*** Opening Data records ***
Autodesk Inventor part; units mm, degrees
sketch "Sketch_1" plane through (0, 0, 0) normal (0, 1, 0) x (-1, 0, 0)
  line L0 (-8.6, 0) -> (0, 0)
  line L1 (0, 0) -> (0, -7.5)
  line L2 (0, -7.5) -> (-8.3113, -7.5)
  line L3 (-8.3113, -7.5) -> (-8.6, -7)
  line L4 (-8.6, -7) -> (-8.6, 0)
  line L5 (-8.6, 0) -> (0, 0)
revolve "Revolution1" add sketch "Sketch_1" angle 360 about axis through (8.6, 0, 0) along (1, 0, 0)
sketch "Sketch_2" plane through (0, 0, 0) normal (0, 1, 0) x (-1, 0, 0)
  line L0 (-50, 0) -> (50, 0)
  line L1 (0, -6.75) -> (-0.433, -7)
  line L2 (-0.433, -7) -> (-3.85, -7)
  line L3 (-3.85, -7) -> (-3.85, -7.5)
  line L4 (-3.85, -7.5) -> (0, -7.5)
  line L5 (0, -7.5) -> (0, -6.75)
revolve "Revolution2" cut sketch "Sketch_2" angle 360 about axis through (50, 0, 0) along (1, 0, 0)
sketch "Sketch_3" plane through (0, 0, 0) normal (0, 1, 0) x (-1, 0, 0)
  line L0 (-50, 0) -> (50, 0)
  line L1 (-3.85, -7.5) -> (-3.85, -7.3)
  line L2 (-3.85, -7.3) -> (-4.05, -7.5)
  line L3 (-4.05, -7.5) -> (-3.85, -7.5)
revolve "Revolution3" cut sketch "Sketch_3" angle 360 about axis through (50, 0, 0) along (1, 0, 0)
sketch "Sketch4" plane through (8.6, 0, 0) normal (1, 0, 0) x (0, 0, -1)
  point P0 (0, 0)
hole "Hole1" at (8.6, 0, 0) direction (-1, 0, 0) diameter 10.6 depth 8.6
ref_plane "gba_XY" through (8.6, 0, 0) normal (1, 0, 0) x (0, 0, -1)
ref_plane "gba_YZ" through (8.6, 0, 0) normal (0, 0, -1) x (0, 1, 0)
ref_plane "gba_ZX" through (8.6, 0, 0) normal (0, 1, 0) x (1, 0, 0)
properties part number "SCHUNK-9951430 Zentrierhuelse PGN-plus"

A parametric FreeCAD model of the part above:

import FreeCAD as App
import Part
import Sketcher
from FreeCAD import Vector
Q = App.Units.Quantity


def add_polygon(sketch, points):
    """Adds a closed chain of lines whose ends are joined by coincident constraints."""
    first, n = sketch.GeometryCount, len(points)
    for a, b in zip(points, points[1:] + points[:1]):
        sketch.addGeometry(Part.LineSegment(App.Vector(*a, 0), App.Vector(*b, 0)), False)
    for i in range(n):
        sketch.addConstraint(Sketcher.Constraint("Coincident", first + i, 2, first + (i + 1) % n, 1))

doc = App.newDocument("Part")
body = doc.addObject("PartDesign::Body", "Body")

# Sketch on XZ plane
sketch1 = body.newObject("Sketcher::SketchObject", "Sketch")
sketch1.AttachmentSupport = (doc.getObject("XZ_Plane"), [""])
sketch1.MapMode = "FlatFace"
add_polygon(sketch1, [(0, 0), (8.6, 0), (8.6, -7), (8.3, -7.5), (0, -7.5)])  # lines 0-4
sketch1.addConstraint(Sketcher.Constraint("Horizontal", 0))
sketch1.addConstraint(Sketcher.Constraint("Vertical", 1))
sketch1.addConstraint(Sketcher.Constraint("Horizontal", 3))
sketch1.addConstraint(Sketcher.Constraint("Vertical", 4))
sketch1.addConstraint(Sketcher.Constraint("Coincident", 4, 2, -1, 1))
sketch1.addConstraint(Sketcher.Constraint("DistanceY", 1, 2, 1, 1, 7.0))
sketch1.addConstraint(Sketcher.Constraint("DistanceX", 0, 1, 0, 2, 8.6))
sketch1.addConstraint(Sketcher.Constraint("DistanceY", 4, 1, 4, 2, 7.5))
sketch1.addConstraint(Sketcher.Constraint("DistanceX", 3, 2, 3, 1, 8.3113))
revolution = body.newObject("PartDesign::Revolution", "Revolution")
revolution.Profile = sketch1
revolution.ReferenceAxis = (sketch1, ["H_Axis"])
revolution.Angle = 360

# Sketch on XZ plane
sketch2 = body.newObject("Sketcher::SketchObject", "Sketch001")
sketch2.AttachmentSupport = (doc.getObject("XZ_Plane"), [""])
sketch2.MapMode = "FlatFace"
add_polygon(sketch2, [(0, -7.5), (0, -6.75), (0.43, -7), (3.85, -7), (3.85, -7.5)])  # lines 0-4
sketch2.addConstraint(Sketcher.Constraint("Vertical", 0))
sketch2.addConstraint(Sketcher.Constraint("Horizontal", 2))
sketch2.addConstraint(Sketcher.Constraint("Vertical", 3))
sketch2.addConstraint(Sketcher.Constraint("Horizontal", 4))
sketch2.addConstraint(Sketcher.Constraint("PointOnObject", 0, 2, -2))
sketch2.addConstraint(Sketcher.Constraint("Angle", 1, Q("-30.0007 deg")))
sketch2.addConstraint(Sketcher.Constraint("DistanceY", 3, 2, 3, 1, 0.5))
sketch2.addConstraint(Sketcher.Constraint("DistanceY", 1, 2, -1, 1, 7.0))
sketch2.addConstraint(Sketcher.Constraint("Distance", 1, 0.5))
sketch2.addConstraint(Sketcher.Constraint("DistanceX", 4, 2, 4, 1, 3.85))
groove = body.newObject("PartDesign::Groove", "Groove")
groove.Profile = sketch2
groove.ReferenceAxis = (sketch2, ["H_Axis"])
groove.Angle = 360

# Sketch on XZ plane
sketch3 = body.newObject("Sketcher::SketchObject", "Sketch002")
sketch3.AttachmentSupport = (doc.getObject("XZ_Plane"), [""])
sketch3.MapMode = "FlatFace"
add_polygon(sketch3, [(4.05, -7.5), (3.85, -7.5), (3.85, -7.3)])  # lines 0-2
sketch3.addConstraint(Sketcher.Constraint("Horizontal", 0))
sketch3.addConstraint(Sketcher.Constraint("Vertical", 1))
sketch3.addConstraint(Sketcher.Constraint("Equal", 0, 1))
sketch3.addConstraint(Sketcher.Constraint("DistanceX", 0, 2, 0, 1, 0.2))
sketch3.addConstraint(Sketcher.Constraint("DistanceY", 0, 2, -1, 1, 7.5))
sketch3.addConstraint(Sketcher.Constraint("DistanceX", -1, 1, 0, 2, 3.85))
groove2 = body.newObject("PartDesign::Groove", "Groove001")
groove2.Profile = sketch3
groove2.ReferenceAxis = (sketch3, ["H_Axis"])
groove2.Angle = 360

# Sketch on YZ plane
sketch4 = body.newObject("Sketcher::SketchObject", "Sketch003")
sketch4.AttachmentSupport = (doc.getObject("YZ_Plane"), [""])
sketch4.MapMode = "FlatFace"
sketch4.AttachmentOffset = App.Placement(Vector(0, 0, 8.6), App.Rotation())
sketch4.addGeometry(Part.Circle(Vector(0, 0, 0), Vector(0, 0, 1), 5), False)
sketch4.addConstraint(Sketcher.Constraint("Coincident", 0, 3, -1, 1))
sketch4.addConstraint(Sketcher.Constraint("Diameter", 0, 10.6))
doc.recompute()
hole = body.newObject("PartDesign::Hole", "Hole")
hole.Profile = sketch4
hole.ThreadType = "None"
hole.Diameter = 10.6
hole.DepthType = "Dimension"
hole.Depth = 8.6
hole.DrillPoint = "Flat"

doc.recompute()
*** Closing Data records ***
**Problem:** Copy the entries word for word. Start at the first line and end with the line containing "A parametric FreeCAD".

**Answer area:**
Autodesk Inventor part; units mm, degrees
sketch "Sketch_1" plane through (0, 0, 0) normal (0, 1, 0) x (-1, 0, 0)
  line L0 (-8.6, 0) -> (0, 0)
  line L1 (0, 0) -> (0, -7.5)
  line L2 (0, -7.5) -> (-8.3113, -7.5)
  line L3 (-8.3113, -7.5) -> (-8.6, -7)
  line L4 (-8.6, -7) -> (-8.6, 0)
  line L5 (-8.6, 0) -> (0, 0)
revolve "Revolution1" add sketch "Sketch_1" angle 360 about axis through (8.6, 0, 0) along (1, 0, 0)
sketch "Sketch_2" plane through (0, 0, 0) normal (0, 1, 0) x (-1, 0, 0)
  line L0 (-50, 0) -> (50, 0)
  line L1 (0, -6.75) -> (-0.433, -7)
  line L2 (-0.433, -7) -> (-3.85, -7)
  line L3 (-3.85, -7) -> (-3.85, -7.5)
  line L4 (-3.85, -7.5) -> (0, -7.5)
  line L5 (0, -7.5) -> (0, -6.75)
revolve "Revolution2" cut sketch "Sketch_2" angle 360 about axis through (50, 0, 0) along (1, 0, 0)
sketch "Sketch_3" plane through (0, 0, 0) normal (0, 1, 0) x (-1, 0, 0)
  line L0 (-50, 0) -> (50, 0)
  line L1 (-3.85, -7.5) -> (-3.85, -7.3)
  line L2 (-3.85, -7.3) -> (-4.05, -7.5)
  line L3 (-4.05, -7.5) -> (-3.85, -7.5)
revolve "Revolution3" cut sketch "Sketch_3" angle 360 about axis through (50, 0, 0) along (1, 0, 0)
sketch "Sketch4" plane through (8.6, 0, 0) normal (1, 0, 0) x (0, 0, -1)
  point P0 (0, 0)
hole "Hole1" at (8.6, 0, 0) direction (-1, 0, 0) diameter 10.6 depth 8.6
ref_plane "gba_XY" through (8.6, 0, 0) normal (1, 0, 0) x (0, 0, -1)
ref_plane "gba_YZ" through (8.6, 0, 0) normal (0, 0, -1) x (0, 1, 0)
ref_plane "gba_ZX" through (8.6, 0, 0) normal (0, 1, 0) x (1, 0, 0)
properties part number "SCHUNK-9951430 Zentrierhuelse PGN-plus"

A parametric FreeCAD model of the part above:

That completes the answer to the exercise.